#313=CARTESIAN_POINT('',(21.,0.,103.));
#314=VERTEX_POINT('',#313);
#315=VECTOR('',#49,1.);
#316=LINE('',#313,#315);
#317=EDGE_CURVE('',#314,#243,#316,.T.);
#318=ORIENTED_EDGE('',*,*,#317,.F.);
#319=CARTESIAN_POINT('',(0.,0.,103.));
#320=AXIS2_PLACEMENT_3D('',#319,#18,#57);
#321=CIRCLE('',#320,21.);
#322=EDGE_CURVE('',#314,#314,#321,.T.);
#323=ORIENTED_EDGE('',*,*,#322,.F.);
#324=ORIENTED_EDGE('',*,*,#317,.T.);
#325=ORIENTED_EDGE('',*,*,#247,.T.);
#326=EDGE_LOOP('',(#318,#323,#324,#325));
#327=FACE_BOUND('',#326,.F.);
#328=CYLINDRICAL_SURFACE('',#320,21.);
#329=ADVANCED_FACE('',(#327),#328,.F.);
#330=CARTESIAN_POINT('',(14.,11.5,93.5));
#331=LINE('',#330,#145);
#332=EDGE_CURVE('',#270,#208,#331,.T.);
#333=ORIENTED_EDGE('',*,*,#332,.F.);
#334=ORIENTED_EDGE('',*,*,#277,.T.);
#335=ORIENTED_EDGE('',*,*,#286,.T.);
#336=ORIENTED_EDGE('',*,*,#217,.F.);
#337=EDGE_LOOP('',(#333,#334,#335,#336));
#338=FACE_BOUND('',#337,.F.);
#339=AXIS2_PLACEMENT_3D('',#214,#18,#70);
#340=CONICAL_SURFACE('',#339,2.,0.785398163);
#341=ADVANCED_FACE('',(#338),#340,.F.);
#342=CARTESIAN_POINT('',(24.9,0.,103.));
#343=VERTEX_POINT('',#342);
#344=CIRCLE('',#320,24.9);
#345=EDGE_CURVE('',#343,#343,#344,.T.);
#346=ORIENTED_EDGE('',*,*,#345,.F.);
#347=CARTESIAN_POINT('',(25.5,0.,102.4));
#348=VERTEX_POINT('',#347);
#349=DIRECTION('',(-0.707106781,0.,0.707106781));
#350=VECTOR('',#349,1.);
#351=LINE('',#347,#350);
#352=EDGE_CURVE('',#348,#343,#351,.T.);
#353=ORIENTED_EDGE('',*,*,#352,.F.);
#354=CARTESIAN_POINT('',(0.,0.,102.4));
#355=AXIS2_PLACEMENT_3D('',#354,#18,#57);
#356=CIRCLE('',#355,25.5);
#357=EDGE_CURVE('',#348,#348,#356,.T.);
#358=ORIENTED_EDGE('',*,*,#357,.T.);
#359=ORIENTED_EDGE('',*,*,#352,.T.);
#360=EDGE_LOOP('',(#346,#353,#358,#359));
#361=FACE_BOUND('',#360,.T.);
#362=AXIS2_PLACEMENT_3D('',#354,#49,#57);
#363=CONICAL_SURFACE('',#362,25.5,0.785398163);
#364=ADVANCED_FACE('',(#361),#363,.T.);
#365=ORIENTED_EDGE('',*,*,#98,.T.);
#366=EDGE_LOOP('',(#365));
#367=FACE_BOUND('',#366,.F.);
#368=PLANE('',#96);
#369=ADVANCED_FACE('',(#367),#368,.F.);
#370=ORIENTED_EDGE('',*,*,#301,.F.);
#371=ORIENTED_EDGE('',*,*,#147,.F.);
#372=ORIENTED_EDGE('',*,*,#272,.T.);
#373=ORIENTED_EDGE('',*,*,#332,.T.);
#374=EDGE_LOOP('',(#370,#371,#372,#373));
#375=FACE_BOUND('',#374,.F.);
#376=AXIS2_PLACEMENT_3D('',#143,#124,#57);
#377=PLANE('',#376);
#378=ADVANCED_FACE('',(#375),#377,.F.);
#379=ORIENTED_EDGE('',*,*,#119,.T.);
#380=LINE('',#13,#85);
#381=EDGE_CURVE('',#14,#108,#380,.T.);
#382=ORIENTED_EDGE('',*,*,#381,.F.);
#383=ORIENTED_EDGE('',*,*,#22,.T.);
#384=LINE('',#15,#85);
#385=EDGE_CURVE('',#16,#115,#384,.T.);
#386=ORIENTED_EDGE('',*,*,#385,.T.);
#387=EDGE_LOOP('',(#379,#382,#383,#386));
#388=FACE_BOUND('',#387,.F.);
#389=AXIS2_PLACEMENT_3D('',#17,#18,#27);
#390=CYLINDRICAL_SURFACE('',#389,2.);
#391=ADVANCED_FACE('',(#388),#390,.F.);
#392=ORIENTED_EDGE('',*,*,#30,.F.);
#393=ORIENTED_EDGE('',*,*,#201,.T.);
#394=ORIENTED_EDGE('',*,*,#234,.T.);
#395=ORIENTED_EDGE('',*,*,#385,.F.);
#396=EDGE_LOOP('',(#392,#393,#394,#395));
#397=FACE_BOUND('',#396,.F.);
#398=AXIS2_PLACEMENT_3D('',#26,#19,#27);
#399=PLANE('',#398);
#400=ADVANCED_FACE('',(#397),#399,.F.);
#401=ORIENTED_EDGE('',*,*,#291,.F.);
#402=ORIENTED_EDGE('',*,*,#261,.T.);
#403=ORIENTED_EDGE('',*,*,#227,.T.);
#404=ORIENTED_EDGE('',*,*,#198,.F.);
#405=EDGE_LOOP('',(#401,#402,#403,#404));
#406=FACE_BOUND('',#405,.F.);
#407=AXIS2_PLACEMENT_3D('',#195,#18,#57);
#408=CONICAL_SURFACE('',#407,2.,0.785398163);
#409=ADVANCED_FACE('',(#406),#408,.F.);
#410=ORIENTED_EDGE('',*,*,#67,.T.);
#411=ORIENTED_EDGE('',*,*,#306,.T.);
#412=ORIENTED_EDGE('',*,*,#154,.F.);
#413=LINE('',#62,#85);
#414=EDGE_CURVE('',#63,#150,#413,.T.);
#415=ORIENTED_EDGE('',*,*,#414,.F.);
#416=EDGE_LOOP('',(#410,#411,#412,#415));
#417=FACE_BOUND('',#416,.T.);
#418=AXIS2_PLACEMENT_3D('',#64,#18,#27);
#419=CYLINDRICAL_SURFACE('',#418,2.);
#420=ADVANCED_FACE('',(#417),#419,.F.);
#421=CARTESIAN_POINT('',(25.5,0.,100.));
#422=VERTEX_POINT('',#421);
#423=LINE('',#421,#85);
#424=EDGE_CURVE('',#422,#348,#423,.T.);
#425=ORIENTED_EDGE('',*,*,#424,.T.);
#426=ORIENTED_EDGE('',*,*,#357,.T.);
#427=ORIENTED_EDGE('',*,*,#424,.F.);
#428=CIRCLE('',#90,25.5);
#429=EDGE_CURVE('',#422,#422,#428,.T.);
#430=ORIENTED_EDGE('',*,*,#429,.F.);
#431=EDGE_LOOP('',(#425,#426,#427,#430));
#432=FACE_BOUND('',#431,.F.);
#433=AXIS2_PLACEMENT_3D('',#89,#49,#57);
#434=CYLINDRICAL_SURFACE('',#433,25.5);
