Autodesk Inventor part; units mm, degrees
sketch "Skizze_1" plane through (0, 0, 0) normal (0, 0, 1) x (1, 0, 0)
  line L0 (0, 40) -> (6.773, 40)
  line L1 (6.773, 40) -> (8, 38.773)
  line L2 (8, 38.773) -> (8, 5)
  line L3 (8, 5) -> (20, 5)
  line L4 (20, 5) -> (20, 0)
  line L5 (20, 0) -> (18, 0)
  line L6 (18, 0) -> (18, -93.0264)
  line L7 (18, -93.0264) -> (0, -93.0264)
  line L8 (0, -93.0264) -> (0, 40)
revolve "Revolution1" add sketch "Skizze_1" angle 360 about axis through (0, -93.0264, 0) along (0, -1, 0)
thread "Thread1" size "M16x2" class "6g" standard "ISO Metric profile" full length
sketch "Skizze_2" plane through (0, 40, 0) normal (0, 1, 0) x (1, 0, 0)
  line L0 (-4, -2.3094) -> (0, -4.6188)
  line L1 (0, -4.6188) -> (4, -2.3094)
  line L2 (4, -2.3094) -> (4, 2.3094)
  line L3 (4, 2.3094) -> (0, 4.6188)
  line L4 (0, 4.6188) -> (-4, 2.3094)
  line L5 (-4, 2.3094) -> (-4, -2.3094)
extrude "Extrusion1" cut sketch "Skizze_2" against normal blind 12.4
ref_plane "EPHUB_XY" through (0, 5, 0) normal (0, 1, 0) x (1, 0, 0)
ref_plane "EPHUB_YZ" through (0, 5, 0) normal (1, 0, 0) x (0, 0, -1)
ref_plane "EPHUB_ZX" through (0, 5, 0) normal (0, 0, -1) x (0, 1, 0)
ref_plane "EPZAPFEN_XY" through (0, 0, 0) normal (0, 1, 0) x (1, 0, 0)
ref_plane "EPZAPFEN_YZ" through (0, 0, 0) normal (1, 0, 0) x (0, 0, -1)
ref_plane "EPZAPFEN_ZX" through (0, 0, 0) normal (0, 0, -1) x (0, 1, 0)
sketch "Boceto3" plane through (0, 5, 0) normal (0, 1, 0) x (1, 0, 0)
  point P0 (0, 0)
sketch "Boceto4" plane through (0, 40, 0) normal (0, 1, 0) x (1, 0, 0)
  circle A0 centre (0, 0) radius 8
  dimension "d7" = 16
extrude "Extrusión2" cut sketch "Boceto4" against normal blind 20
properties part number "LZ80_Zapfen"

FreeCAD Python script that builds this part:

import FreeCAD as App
import Part
import Sketcher
Q = App.Units.Quantity


def add_polygon(sketch, points):
    """Adds a closed chain of lines whose ends are joined by coincident constraints."""
    first, n = sketch.GeometryCount, len(points)
    for a, b in zip(points, points[1:] + points[:1]):
        sketch.addGeometry(Part.LineSegment(App.Vector(*a, 0), App.Vector(*b, 0)), False)
    for i in range(n):
        sketch.addConstraint(Sketcher.Constraint("Coincident", first + i, 2, first + (i + 1) % n, 1))

doc = App.newDocument("Part")
body = doc.addObject("PartDesign::Body", "Body")

sketch1 = body.newObject("Sketcher::SketchObject", "Sketch")
sketch1.AttachmentSupport = (doc.getObject("XY_Plane"), [""])
sketch1.MapMode = "FlatFace"
add_polygon(sketch1, [(6.773, 40), (0, 40), (0, -93.0264), (18, -93.0264), (18, 0), (20, 0), (20, 5), (8, 5), (8, 38.773)])
sketch1.addConstraint(Sketcher.Constraint("Horizontal", 0))
sketch1.addConstraint(Sketcher.Constraint("Vertical", 1))
sketch1.addConstraint(Sketcher.Constraint("Horizontal", 2))
sketch1.addConstraint(Sketcher.Constraint("Vertical", 3))
sketch1.addConstraint(Sketcher.Constraint("Horizontal", 4))
sketch1.addConstraint(Sketcher.Constraint("Vertical", 5))
sketch1.addConstraint(Sketcher.Constraint("Horizontal", 6))
sketch1.addConstraint(Sketcher.Constraint("Vertical", 7))
sketch1.addConstraint(Sketcher.Constraint("PointOnObject", 0, 2, -2))
sketch1.addConstraint(Sketcher.Constraint("PointOnObject", 3, 2, -1))
sketch1.addConstraint(Sketcher.Constraint("DistanceX", 2, 1, 2, 2, Q("18 mm")))
sketch1.addConstraint(Sketcher.Constraint("DistanceX", 4, 1, 4, 2, Q("2 mm")))
sketch1.addConstraint(Sketcher.Constraint("DistanceX", 6, 2, 6, 1, Q("12 mm")))
sketch1.addConstraint(Sketcher.Constraint("DistanceY", 5, 1, 5, 2, Q("5 mm")))
sketch1.addConstraint(Sketcher.Constraint("Angle", 8, Q("135 deg")))
sketch1.addConstraint(Sketcher.Constraint("DistanceY", -1, 1, 0, 2, Q("40 mm")))
sketch1.addConstraint(Sketcher.Constraint("DistanceX", 0, 2, 0, 1, Q("6.773 mm")))
sketch1.addConstraint(Sketcher.Constraint("DistanceY", 1, 2, 1, 1, Q("133.0264 mm")))
revolution = body.newObject("PartDesign::Revolution", "Revolution")
revolution.Profile = sketch1
revolution.ReferenceAxis = (sketch1, ["V_Axis"])
revolution.Angle = 360

sketch2 = body.newObject("Sketcher::SketchObject", "Sketch001")
sketch2.AttachmentSupport = (doc.getObject("XZ_Plane"), [""])
sketch2.MapMode = "FlatFace"
sketch2.AttachmentOffset = App.Placement(App.Vector(0, 0, -40), App.Rotation())
add_polygon(sketch2, [(-4, -2.3094), (-4, 2.3094), (0, 4.6188), (4, 2.3094), (4, -2.3094), (0, -4.6188)])
sketch2.addConstraint(Sketcher.Constraint("Vertical", 0))
sketch2.addConstraint(Sketcher.Constraint("Vertical", 3))
sketch2.addConstraint(Sketcher.Constraint("Symmetric", 0, 2, 3, 2, -1, 1))
sketch2.addConstraint(Sketcher.Constraint("Symmetric", 1, 2, 4, 2, -1, 1))
sketch2.addConstraint(Sketcher.Constraint("PointOnObject", 1, 2, -2))
sketch2.addConstraint(Sketcher.Constraint("Parallel", 2, 5))
sketch2.addConstraint(Sketcher.Constraint("Horizontal", 0, 2, 2, 2))
sketch2.addConstraint(Sketcher.Constraint("Angle", 1, Q("30 deg")))
sketch2.addConstraint(Sketcher.Constraint("DistanceX", 0, 2, -1, 1, Q("4 mm")))
sketch2.addConstraint(Sketcher.Constraint("DistanceY", 0, 1, 0, 2, Q("4.6188 mm")))
pocket1 = body.newObject("PartDesign::Pocket", "Pocket")
pocket1.Profile = sketch2
pocket1.Length = 12.4
pocket1.Reversed = True

sketch3 = body.newObject("Sketcher::SketchObject", "Sketch002")
sketch3.AttachmentSupport = (doc.getObject("XZ_Plane"), [""])
sketch3.MapMode = "FlatFace"
sketch3.AttachmentOffset = App.Placement(App.Vector(0, 0, -40), App.Rotation())
sketch3.addGeometry(Part.Circle(App.Vector(0, 0, 0), App.Vector(0, 0, 1), 8), False)
sketch3.addConstraint(Sketcher.Constraint("Coincident", 0, 3, -1, 1))
sketch3.addConstraint(Sketcher.Constraint("Diameter", 0, Q("16 mm")))
pocket2 = body.newObject("PartDesign::Pocket", "Pocket001")
pocket2.Profile = sketch3
pocket2.Length = 20
pocket2.Reversed = True

doc.recompute()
------------
*Your task*
The first line of the data, the line with "#332=EDGE_CURVE('',#270,#208,#331,.T.);", and all lines in between are to be copied exactly. Leave out everything else.

*Exercise response*
#313=CARTESIAN_POINT('',(21.,0.,103.));
#314=VERTEX_POINT('',#313);
#315=VECTOR('',#49,1.);
#316=LINE('',#313,#315);
#317=EDGE_CURVE('',#314,#243,#316,.T.);
#318=ORIENTED_EDGE('',*,*,#317,.F.);
#319=CARTESIAN_POINT('',(0.,0.,103.));
#320=AXIS2_PLACEMENT_3D('',#319,#18,#57);
#321=CIRCLE('',#320,21.);
#322=EDGE_CURVE('',#314,#314,#321,.T.);
#323=ORIENTED_EDGE('',*,*,#322,.F.);
#324=ORIENTED_EDGE('',*,*,#317,.T.);
#325=ORIENTED_EDGE('',*,*,#247,.T.);
#326=EDGE_LOOP('',(#318,#323,#324,#325));
#327=FACE_BOUND('',#326,.F.);
#328=CYLINDRICAL_SURFACE('',#320,21.);
#329=ADVANCED_FACE('',(#327),#328,.F.);
#330=CARTESIAN_POINT('',(14.,11.5,93.5));
#331=LINE('',#330,#145);
#332=EDGE_CURVE('',#270,#208,#331,.T.);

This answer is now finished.